Radon is a naturally occurring gas that seeps out of rocks and soil. Radon comes from uranium that has been in the ground since the time the earth was formed, and the rate of radon seepage is very variable, partly because the amounts of uranium in the soil vary considerably. Radon flows from the soil into outdoor air and also into the air in homes from the movement of gases in the soil beneath homes. Outside air typically contains very low levels of radon, but it builds up to higher concentrations indoors when it is unable to disperse. Some underground mines, especially uranium mines, contain much higher levels of radon
Radon is known to be a radioactive gas that originates as a result of the decay of uranium under the ground. It has been pointed out that extended exposure to this gas can pose a serious threat to a person’s health.
Exposure to radon gas can often occur at home as well as in public buildings. This gas can enter the home as a result of the soil that is present beneath the home, the construction materials as well as water. Listed below are some of the health hazards of the exposure to radon gas.
Lung Scarring Effect Of Radon Gas Exposure
Exposure to Radon gas can result in the scarring of the lungs that often results in disorders such as pulmonary fibrosis and silicosis. When the lungs get damaged, the lung tissue hardens which results in the inability of the lungs to expand properly. The lung tissue, when healthy can easily expand, and is compared to a sea sponge.
However, if the tissue is damaged, the inhaling of oxygen becomes difficult. It has been stated that shortness of breath and dry cough are the most common symptoms of this condition. The diseases which cause the hardening of the lung tissue cannot be reversed but progress continually with time. It can be treated to an extent by administering corticosteroids as well as other immune suppression therapies. However, if the person remains unresponsive to all these treatments, a lung transplant is the last option for the patient.
Emphysema Effect Of Radon Gas Exposure
Continuous exposure to the radon gas can result in the thickening of the lung tissue and emphysema as well. Emphysema is actually associated with the destruction of the air sacs of the lungs. There are several symptoms of this condition which may include shortness of breath, wheezing as well as coughing, which is known to worsen with time.

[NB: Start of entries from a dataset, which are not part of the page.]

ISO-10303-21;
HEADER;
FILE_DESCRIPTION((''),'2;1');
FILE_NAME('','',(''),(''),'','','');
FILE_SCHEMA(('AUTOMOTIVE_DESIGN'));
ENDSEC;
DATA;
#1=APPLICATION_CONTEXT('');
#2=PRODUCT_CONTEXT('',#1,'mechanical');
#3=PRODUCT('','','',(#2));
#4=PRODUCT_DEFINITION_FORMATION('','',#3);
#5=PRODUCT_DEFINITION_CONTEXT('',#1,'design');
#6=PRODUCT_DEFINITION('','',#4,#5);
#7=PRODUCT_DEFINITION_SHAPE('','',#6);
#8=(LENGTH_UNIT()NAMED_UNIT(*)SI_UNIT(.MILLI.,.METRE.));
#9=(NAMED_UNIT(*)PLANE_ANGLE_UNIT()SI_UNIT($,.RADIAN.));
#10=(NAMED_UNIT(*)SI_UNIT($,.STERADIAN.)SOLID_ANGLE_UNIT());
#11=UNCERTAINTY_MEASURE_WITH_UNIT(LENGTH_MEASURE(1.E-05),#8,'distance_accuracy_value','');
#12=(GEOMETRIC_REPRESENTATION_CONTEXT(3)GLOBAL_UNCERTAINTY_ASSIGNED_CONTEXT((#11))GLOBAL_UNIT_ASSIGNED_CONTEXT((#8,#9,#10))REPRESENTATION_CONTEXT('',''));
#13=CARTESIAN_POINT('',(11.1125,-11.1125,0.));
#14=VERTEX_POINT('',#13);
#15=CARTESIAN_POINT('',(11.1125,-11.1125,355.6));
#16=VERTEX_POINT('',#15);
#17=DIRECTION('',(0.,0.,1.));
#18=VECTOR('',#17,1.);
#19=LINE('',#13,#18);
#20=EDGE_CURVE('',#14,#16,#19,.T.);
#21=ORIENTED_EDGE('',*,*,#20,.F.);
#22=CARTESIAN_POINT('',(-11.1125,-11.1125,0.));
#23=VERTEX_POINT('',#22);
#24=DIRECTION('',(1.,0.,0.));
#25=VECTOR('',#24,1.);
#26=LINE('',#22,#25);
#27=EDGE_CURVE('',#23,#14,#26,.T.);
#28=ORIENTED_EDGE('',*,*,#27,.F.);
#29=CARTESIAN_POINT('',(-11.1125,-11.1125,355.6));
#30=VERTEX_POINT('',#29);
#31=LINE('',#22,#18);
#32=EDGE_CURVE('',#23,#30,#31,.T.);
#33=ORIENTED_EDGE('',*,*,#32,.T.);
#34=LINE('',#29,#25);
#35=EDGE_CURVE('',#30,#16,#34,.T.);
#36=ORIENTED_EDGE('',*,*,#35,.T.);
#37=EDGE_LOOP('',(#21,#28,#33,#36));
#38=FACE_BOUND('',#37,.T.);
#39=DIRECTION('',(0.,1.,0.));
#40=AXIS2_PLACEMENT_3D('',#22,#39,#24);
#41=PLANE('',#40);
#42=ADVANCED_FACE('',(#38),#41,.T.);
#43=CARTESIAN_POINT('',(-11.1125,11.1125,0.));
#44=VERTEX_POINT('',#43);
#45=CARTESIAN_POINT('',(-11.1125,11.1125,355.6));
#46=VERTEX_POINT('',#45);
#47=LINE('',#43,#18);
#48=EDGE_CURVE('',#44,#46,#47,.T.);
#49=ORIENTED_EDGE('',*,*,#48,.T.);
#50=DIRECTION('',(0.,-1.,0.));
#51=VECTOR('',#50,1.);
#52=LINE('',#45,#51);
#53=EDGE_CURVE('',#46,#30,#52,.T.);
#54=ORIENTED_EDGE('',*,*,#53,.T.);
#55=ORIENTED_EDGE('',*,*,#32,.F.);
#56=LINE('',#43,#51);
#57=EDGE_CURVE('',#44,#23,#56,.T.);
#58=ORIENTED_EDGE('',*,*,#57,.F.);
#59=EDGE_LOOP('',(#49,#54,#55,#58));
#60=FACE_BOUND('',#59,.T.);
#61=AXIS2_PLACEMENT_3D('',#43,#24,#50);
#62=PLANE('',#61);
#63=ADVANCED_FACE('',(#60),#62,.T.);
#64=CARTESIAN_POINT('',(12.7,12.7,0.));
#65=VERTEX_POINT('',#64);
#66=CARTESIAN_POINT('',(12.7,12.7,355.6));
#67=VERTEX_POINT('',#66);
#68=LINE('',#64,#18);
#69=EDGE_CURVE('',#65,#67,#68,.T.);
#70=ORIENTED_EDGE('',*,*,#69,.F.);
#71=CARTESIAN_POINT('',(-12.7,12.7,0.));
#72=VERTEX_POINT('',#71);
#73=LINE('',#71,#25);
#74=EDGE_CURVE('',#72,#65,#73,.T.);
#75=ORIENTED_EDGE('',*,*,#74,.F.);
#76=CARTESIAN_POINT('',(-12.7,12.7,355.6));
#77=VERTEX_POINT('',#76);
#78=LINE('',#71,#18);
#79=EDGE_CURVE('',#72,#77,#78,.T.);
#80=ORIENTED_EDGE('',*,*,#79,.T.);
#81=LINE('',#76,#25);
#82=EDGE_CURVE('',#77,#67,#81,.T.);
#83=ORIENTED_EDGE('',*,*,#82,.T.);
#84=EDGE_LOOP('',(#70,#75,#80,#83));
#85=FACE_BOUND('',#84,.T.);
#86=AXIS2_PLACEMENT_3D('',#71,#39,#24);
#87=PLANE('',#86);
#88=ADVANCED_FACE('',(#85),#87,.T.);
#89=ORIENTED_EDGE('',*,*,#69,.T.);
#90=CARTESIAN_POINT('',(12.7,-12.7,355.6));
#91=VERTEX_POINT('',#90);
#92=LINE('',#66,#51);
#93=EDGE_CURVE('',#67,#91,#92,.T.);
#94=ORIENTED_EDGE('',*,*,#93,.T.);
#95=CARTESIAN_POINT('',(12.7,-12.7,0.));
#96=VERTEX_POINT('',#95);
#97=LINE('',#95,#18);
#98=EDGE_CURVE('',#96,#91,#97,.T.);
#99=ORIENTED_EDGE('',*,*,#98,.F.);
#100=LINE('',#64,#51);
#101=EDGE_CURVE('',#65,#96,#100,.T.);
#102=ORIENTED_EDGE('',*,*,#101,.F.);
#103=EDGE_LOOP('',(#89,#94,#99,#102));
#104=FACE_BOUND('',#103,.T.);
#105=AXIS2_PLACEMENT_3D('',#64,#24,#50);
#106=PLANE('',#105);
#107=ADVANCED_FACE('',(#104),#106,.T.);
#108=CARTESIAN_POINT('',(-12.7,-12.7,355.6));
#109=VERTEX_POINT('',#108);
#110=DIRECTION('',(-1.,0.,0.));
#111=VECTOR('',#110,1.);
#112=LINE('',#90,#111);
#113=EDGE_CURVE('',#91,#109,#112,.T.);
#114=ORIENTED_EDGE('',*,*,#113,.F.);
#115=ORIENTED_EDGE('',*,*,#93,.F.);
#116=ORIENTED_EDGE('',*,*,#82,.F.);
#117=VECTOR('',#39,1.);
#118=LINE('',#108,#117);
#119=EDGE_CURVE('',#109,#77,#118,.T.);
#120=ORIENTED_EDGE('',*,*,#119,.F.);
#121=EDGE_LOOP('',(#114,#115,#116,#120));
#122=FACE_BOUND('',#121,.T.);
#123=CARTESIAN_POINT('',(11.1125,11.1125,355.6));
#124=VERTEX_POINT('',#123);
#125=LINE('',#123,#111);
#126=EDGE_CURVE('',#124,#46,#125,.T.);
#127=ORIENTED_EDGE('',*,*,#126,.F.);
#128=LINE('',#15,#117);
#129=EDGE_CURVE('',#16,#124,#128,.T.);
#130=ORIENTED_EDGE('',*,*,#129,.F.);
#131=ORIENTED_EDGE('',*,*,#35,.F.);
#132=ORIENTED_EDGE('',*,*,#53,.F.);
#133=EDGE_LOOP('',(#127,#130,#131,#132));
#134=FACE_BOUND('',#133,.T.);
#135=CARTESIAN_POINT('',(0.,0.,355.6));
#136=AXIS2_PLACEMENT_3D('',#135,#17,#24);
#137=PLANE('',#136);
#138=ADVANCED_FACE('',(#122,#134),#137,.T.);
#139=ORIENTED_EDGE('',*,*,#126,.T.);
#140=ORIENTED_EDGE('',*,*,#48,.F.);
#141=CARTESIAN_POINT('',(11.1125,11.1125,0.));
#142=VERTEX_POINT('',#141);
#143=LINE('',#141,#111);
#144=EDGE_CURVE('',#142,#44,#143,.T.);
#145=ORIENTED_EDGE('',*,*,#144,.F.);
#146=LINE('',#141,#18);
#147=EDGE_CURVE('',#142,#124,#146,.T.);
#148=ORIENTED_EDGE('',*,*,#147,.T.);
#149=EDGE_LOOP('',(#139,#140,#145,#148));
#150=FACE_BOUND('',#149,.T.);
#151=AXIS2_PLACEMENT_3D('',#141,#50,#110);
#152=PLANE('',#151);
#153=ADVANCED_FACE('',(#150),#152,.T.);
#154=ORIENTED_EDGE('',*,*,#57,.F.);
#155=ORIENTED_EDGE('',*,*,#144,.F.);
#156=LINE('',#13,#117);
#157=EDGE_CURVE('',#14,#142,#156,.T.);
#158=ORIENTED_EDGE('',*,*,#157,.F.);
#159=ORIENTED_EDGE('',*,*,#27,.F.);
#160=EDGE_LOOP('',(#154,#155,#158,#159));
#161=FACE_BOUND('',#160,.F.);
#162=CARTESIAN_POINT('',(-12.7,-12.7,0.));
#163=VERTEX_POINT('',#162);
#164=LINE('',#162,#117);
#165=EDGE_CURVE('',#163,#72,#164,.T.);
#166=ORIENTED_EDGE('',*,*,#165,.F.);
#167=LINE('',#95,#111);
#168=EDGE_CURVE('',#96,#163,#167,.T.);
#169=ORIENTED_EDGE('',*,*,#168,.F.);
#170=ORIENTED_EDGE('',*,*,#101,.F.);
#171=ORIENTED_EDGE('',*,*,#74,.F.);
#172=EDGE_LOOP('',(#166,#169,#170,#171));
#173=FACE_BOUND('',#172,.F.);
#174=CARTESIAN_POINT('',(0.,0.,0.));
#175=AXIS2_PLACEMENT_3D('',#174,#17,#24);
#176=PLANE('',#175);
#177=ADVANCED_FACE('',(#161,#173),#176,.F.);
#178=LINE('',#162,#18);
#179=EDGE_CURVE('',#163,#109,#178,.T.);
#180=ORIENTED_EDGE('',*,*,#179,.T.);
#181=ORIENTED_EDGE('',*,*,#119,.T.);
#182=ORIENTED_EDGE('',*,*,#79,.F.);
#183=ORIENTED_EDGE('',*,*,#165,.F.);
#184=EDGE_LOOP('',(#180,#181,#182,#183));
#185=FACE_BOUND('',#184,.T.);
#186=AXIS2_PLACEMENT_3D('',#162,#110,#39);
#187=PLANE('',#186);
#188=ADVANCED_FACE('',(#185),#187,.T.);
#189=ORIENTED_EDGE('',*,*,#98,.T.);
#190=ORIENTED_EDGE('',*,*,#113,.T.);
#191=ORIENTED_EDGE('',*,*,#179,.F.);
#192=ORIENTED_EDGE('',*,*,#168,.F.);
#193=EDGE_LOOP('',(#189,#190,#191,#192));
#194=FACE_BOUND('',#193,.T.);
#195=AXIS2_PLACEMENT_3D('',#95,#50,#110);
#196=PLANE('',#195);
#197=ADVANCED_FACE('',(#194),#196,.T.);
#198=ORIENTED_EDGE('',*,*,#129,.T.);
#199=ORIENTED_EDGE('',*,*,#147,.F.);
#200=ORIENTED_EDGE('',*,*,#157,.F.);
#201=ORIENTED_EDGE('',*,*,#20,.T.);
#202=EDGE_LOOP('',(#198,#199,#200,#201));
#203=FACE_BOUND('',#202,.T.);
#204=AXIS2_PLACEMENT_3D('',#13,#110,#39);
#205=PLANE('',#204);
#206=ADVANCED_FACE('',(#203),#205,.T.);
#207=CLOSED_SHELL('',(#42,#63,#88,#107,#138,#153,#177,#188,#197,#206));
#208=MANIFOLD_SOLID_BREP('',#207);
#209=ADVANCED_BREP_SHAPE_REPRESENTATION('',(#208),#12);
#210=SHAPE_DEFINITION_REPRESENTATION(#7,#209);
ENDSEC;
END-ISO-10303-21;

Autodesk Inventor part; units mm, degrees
ref_plane "YZ Plane" through (0, 0, 0) normal (1, 0, 0) x (0, 1, 0)
ref_plane "XZ Plane" through (0, 0, 0) normal (0, 1, 0) x (-1, 0, 0)
ref_plane "XY Plane" through (0, 0, 0) normal (0, 0, 1) x (1, 0, 0)
sketch "Sketch1" plane through (0, 0, 0) normal (0, 0, 1) x (1, 0, 0)
  line L0 (-12.7, -12.7) -> (-12.7, 12.7)
  line L1 (-12.7, 12.7) -> (12.7, 12.7)
  line L2 (12.7, 12.7) -> (12.7, -12.7)
  line L3 (12.7, -12.7) -> (-12.7, -12.7)
  line L4 (-12.7, -12.7) -> (12.7, 12.7) construction
  line L5 (-12.7, 12.7) -> (12.7, -12.7) construction
  line L6 (11.1125, 11.1125) -> (-11.1125, 11.1125)
  line L7 (-11.1125, 11.1125) -> (-11.1125, -11.1125)
  line L8 (-11.1125, -11.1125) -> (11.1125, -11.1125)
  line L9 (11.1125, -11.1125) -> (11.1125, 11.1125)
  point P0 (0, 0)
  dimension "d0" = 25.4
  dimension "d1" = 25.4
  dimension "d2" = 1.5875
extrude "Extrusion1" add sketch "Sketch1" along normal blind 355.6
equation "\"d1\" = d0"
properties part number "14in long 1in square tube"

This condition can be treated with inhaled steroids as well as supplemental oxygen. Special care must be taken for a person suffering from this condition in conjunction with other conditions such as heart disease or diabetes, as it can result in the symptoms getting worse, if they have not been treated for this condition properly.
Lung Cancer Effect Of Radon Gas Exposure
According to several studies, it has been pointed out that radon is known to be the second leading cause oflung cancer. It has also been stated that an increase in the levels of radon in the home can increase a risk of a person developing lung cancer. If smoking is combined with the exposure to radon, the risk of developing this disease increases further.
Lung cancer, which is caused due to radon exposure, is known to kill 20,000 people each year. When the radon gas enters the lungs, the radon decay particles get deposited on the lungs before the gas is exhaled out again. The radioactive decay which takes place because of the deposited particles is known to cause lung cancer. This cancer is known to be one of the most serious kinds of cancer, which is associated with the lowest survival rates.